* About this task:
Among the entries that follow, the required portion opens with the line containing "8.6945976296), (-30.5277369916, 8.6945976296))" and closes with the line containing "# F2 (on face) → F3 (cut, through all)". Give that portion again exactly, and nothing else.

--- START ---

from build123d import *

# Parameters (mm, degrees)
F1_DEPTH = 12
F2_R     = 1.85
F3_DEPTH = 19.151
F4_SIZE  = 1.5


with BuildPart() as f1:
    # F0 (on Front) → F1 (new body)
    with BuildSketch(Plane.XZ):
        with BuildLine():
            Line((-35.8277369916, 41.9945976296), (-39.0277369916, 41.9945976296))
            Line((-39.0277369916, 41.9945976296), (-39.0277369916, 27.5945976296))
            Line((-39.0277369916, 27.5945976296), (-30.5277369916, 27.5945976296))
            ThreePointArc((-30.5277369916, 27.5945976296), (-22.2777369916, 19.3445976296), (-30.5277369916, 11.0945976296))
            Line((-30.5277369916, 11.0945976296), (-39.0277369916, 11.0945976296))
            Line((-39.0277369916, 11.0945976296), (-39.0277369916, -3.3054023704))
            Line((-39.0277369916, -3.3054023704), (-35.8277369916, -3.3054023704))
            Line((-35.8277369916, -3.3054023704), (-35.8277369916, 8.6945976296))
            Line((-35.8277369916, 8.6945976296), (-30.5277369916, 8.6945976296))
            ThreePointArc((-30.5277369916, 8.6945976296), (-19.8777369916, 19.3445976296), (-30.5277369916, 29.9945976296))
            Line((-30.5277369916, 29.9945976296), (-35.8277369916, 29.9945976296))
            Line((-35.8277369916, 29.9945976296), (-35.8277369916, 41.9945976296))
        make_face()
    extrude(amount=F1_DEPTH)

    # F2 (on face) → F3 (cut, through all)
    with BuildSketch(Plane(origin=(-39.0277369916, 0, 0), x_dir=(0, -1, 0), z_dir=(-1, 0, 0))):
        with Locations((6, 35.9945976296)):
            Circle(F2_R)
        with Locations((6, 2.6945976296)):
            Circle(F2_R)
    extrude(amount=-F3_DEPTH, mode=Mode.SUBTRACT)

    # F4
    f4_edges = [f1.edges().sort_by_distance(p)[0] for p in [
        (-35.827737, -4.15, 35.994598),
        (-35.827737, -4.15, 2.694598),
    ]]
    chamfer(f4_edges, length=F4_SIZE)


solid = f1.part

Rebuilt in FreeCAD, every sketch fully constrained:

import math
import FreeCAD as App
import Part
import Sketcher


def edges_at(feature, points):
    """Names of the edges that pass closest to the given points."""
    edges = feature.Shape.Edges
    near = lambda p: min(range(len(edges)), key=lambda i: edges[i].distToShape(Part.Vertex(*p))[0])
    return sorted({f"Edge{near(p) + 1}" for p in points})

doc = App.newDocument("Part")
params = doc.addObject("Spreadsheet::Sheet", "Params")
for row, (alias, value) in enumerate([
    ("sketch1_height", "12 mm"),
    ("sketch1_radius", "8.25 mm"),
    ("sketch1_radius2", "10.65 mm"),
    ("sketch1_width", "3.2 mm"),
    ("sketch1_width2", "8.5 mm"),
    ("pad1_length", "12 mm"),
    ("sketch2_diameter", "3.7 mm"),
    ("chamfer_size", "1.5 mm"),
], start=1):
    params.set(f"A{row}", alias)
    params.set(f"B{row}", "=" + value)
    params.setAlias(f"B{row}", alias)

body = doc.addObject("PartDesign::Body", "Body")

# Sketch on XZ plane
sketch1 = body.newObject("Sketcher::SketchObject", "Sketch")
sketch1.AttachmentSupport = (doc.getObject("XZ_Plane"), [""])
sketch1.MapMode = "FlatFace"
sketch1.addGeometry([
    Part.LineSegment(App.Vector(-35.8, 42, 0), App.Vector(-39, 42, 0)),  # 0
    Part.LineSegment(App.Vector(-39, 42, 0), App.Vector(-39, 27.6, 0)),  # 1
    Part.LineSegment(App.Vector(-39, 27.6, 0), App.Vector(-30.5, 27.6, 0)),  # 2
    Part.ArcOfCircle(Part.Circle(App.Vector(-30.5, 19.3, 0), App.Vector(0, 0, 1), 8.2), math.radians(-90), math.radians(90)),  # 3
    Part.LineSegment(App.Vector(-30.5, 11.1, 0), App.Vector(-39, 11.1, 0)),  # 4
    Part.LineSegment(App.Vector(-39, 11.1, 0), App.Vector(-39, -3.3, 0)),  # 5
    Part.LineSegment(App.Vector(-39, -3.3, 0), App.Vector(-35.8, -3.3, 0)),  # 6
    Part.LineSegment(App.Vector(-35.8, -3.3, 0), App.Vector(-35.8, 8.7, 0)),  # 7
    Part.LineSegment(App.Vector(-35.8, 8.7, 0), App.Vector(-30.5, 8.7, 0)),  # 8
    Part.ArcOfCircle(Part.Circle(App.Vector(-30.5, 19.3, 0), App.Vector(0, 0, 1), 10.7), math.radians(-90), math.radians(90)),  # 9
    Part.LineSegment(App.Vector(-30.5, 30, 0), App.Vector(-35.8, 30, 0)),  # 10
    Part.LineSegment(App.Vector(-35.8, 30, 0), App.Vector(-35.8, 42, 0)),  # 11
], False)
sketch1.addConstraint([
    Sketcher.Constraint("Coincident", 0, 2, 1, 1),
    Sketcher.Constraint("Coincident", 1, 2, 2, 1),
    Sketcher.Constraint("Tangent", 2, 2, 3, 2),
    Sketcher.Constraint("Tangent", 3, 1, 4, 1),
    Sketcher.Constraint("Coincident", 4, 2, 5, 1),
    Sketcher.Constraint("Coincident", 5, 2, 6, 1),
    Sketcher.Constraint("Coincident", 6, 2, 7, 1),
    Sketcher.Constraint("Coincident", 7, 2, 8, 1),
    Sketcher.Constraint("Tangent", 8, 2, 9, 1),
    Sketcher.Constraint("Tangent", 9, 2, 10, 1),
    Sketcher.Constraint("Coincident", 10, 2, 11, 1),
    Sketcher.Constraint("Coincident", 11, 2, 0, 1),
    Sketcher.Constraint("Horizontal", 0),
    Sketcher.Constraint("Vertical", 1),
    Sketcher.Constraint("Horizontal", 2),
    Sketcher.Constraint("Horizontal", 4),
    Sketcher.Constraint("Vertical", 5),
    Sketcher.Constraint("Horizontal", 6),
    Sketcher.Constraint("Vertical", 7),
    Sketcher.Constraint("Horizontal", 8),
    Sketcher.Constraint("Horizontal", 10),
    Sketcher.Constraint("Vertical", 11),
    Sketcher.Constraint("Coincident", 9, 3, 3, 3),
    Sketcher.Constraint("Vertical", 1, 2, 4, 2),
    Sketcher.Constraint("Vertical", 7, 2, 10, 2),
    Sketcher.Constraint("Equal", 1, 5),
    Sketcher.Constraint("DistanceY", 7, 1, 7, 2, 12.0),
    Sketcher.Constraint("Radius", 3, 8.25),
    Sketcher.Constraint("Radius", 9, 10.65),
    Sketcher.Constraint("DistanceX", 0, 2, 0, 1, 3.2),
    Sketcher.Constraint("DistanceX", 2, 1, 2, 2, 8.5),
    Sketcher.Constraint("DistanceX", 3, 3, -1, 1, 30.527737),
    Sketcher.Constraint("DistanceY", -1, 1, 3, 3, 19.344598),
])
sketch1.setExpression("Constraints[26]", "Params.sketch1_height")
sketch1.setExpression("Constraints[27]", "Params.sketch1_radius")
sketch1.setExpression("Constraints[28]", "Params.sketch1_radius2")
sketch1.setExpression("Constraints[29]", "Params.sketch1_width")
sketch1.setExpression("Constraints[30]", "Params.sketch1_width2")
pad1 = body.newObject("PartDesign::Pad", "Pad")
pad1.Profile = sketch1
pad1.setExpression("Length", "Params.pad1_length")

# Sketch on YZ plane
sketch2 = body.newObject("Sketcher::SketchObject", "Sketch001")
sketch2.AttachmentSupport = (doc.getObject("YZ_Plane"), [""])
sketch2.MapMode = "FlatFace"
sketch2.AttachmentOffset = App.Placement(App.Vector(0, 0, -39.027737), App.Rotation())
sketch2.addGeometry([
    Part.Circle(App.Vector(-6, 36, 0), App.Vector(0, 0, 1), 1.9),
    Part.Circle(App.Vector(-6, 2.7, 0), App.Vector(0, 0, 1), 1.9),
], False)
sketch2.addConstraint([
    Sketcher.Constraint("Equal", 0, 1),
    Sketcher.Constraint("Vertical", 0, 3, 1, 3),
    Sketcher.Constraint("Diameter", 0, 3.7),
    Sketcher.Constraint("DistanceX", 0, 3, -1, 1, 6.0),
    Sketcher.Constraint("DistanceY", 1, 3, 0, 3, 33.3),
    Sketcher.Constraint("DistanceY", -1, 1, 0, 3, 35.994598),
])
sketch2.setExpression("Constraints[2]", "Params.sketch2_diameter")
pocket1 = body.newObject("PartDesign::Pocket", "Pocket")
pocket1.Profile = sketch2
pocket1.Type = "ThroughAll"
pocket1.Reversed = True
doc.recompute()

chamfer = body.newObject("PartDesign::Chamfer", "Chamfer")
chamfer.Base = (pocket1, edges_at(pocket1, [(-35.828, -4.15, 35.995), (-35.828, -4.15, 2.695)]))
chamfer.setExpression("Size", "Params.chamfer_size")

doc.recompute()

--- END ---

* Solution to this exercise:
            Line((-35.8277369916, 8.6945976296), (-30.5277369916, 8.6945976296))
            ThreePointArc((-30.5277369916, 8.6945976296), (-19.8777369916, 19.3445976296), (-30.5277369916, 29.9945976296))
            Line((-30.5277369916, 29.9945976296), (-35.8277369916, 29.9945976296))
            Line((-35.8277369916, 29.9945976296), (-35.8277369916, 41.9945976296))
        make_face()
    extrude(amount=F1_DEPTH)

    # F2 (on face) → F3 (cut, through all)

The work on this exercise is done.